While the Air Force released scant details about the latest test of its AGM-183 Air-launched Rapid Response Weapon late last week, Secretary Frank Kendall told a Congressional panel it was “not a success”—and given ARRW’s checkered test history overall, Kendall indicated the service may shift focus to its other hypersonic program, the Hypersonic Attack Cruise Missile.
“We’re more committed to HACM at this point in time than we are to ARRW,” Kendall told members of the House Appropriations defense subcommittee March 28.
While Kendall did not specify exactly what went wrong in the March 13 test of ARRW—the second test of the all-up system—he did say the Air Force “did not get the data that we needed from that test,” and program engineers are “currently examining that, trying to understand what happened.”
After that analysis is complete, “we’ll probably have to make a decision on the fate of ARRW,” he added.
There are still two ARRW missiles left that the Air Force can use for tests, Kendall noted, and after that there may be “some potential for a leave-behind capability.”
If the service does conduct tests with the two remaining missiles, “then we’ll revisit it, I think, as we build the [2025] budget and see what will be done in the future.”
ARRW has struggled at times during the testing process. Three attempts to launch a prototype version of the missile failed in 2021 before a successful test flight in May 2022, and the first test of the operationally-configured weapon on Dec. 9, 2022, was “a very successful flight, which was a big step forward,” Kendall said.
The ARRW is a boost-glide hypersonic weapon, which means it is accelerated to speed by a rocket and then glides to its target. The Hypersonic Attack Cruise Missile, or HACM, is an air-breathing cruise missile. Lockheed Martin Missiles and Fire Control makes ARRW; Raytheon is the prime for HACM, which uses an engine made by Northrop Grumman. In its 2024 budget, the Air Force requested $150 million for further research, development, test, and evaluation of ARRW and $184 million for HACM.
“We have money throughout the five-year plan to move HACM forward,” Kendall said. The weapon’s underlying technology, developed by the Defense Advanced Research Projects Agency and the Air Force Research Laboratory, has “been reasonably successful, and we see a definite role for the HACM concept,” he added.
Kendall also said the HACM, which is smaller than ARRW, is “compatible with more of our aircraft and it will give us more combat capability overall.” The HACM is to be small enough that fighter aircraft could carry it, whereas only bombers can carry the ARRW.

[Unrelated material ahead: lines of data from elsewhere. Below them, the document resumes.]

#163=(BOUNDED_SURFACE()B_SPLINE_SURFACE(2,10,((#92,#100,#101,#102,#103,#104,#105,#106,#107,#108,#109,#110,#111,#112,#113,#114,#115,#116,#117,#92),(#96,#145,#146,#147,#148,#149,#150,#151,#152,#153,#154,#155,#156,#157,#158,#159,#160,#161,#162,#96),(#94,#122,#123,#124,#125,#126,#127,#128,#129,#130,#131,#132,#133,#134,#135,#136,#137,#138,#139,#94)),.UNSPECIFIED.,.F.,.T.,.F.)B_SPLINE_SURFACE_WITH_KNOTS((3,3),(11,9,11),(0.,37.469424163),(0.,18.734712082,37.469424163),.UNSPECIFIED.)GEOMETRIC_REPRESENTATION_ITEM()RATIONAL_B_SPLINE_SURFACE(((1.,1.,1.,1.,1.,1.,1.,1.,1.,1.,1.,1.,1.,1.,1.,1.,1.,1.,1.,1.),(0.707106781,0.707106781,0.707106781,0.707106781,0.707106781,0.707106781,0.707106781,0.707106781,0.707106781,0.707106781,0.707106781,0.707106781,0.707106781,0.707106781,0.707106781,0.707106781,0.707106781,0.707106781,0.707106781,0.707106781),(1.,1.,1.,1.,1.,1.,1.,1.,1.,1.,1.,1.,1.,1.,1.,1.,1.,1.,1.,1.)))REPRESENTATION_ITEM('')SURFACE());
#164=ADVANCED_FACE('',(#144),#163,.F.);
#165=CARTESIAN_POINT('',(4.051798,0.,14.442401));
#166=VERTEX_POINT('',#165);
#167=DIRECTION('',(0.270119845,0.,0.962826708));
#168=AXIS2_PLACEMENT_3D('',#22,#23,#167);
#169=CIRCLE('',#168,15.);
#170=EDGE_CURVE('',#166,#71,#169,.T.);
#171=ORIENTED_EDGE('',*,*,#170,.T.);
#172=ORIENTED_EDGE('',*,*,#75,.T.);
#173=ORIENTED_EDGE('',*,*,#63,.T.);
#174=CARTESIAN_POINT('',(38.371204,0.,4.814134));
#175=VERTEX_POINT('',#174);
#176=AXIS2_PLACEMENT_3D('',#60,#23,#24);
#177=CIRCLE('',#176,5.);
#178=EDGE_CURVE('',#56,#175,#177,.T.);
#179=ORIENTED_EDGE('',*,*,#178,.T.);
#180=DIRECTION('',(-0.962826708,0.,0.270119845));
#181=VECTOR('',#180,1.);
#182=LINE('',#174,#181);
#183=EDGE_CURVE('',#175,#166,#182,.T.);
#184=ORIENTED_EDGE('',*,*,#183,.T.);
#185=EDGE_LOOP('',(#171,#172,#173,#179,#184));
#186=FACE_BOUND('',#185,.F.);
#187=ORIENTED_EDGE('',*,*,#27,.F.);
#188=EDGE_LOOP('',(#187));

ARRW is a mid-tier acquisition program, Kendall noted, meaning that it took advantage of congressional authorization to skip some of the usual procedures in order to rapidly prototype a weapon, with the goal of demonstrating a usable capability in a short period of time and that it could be quickly produced at scale.
In announcing the March 13 ARRW test, an Air Force release stated it only met “several” objectives, and the test team was collecting data for further analysis. The service gave no further details at the time. The purpose of the test was to assess the ARRW’s “end-to-end performance” from captive carry through lunch, “booster ignition,” shroud separation, and hypersonic glide “to impact.”
In its fiscal 2024 budget submission, the Air Force said program activities this year will comprise “contract closeout, finalize documentation and analysis, and activities to support the leave-behind capability.”
Lockheed MFC vice president for air dominance and strike weapons Jay Pitman said at the AFA Warfare Symposium earlier this month that the company is “ready to go” into production on ARRW and has cleared 26 of 27 production readiness reviews with the government.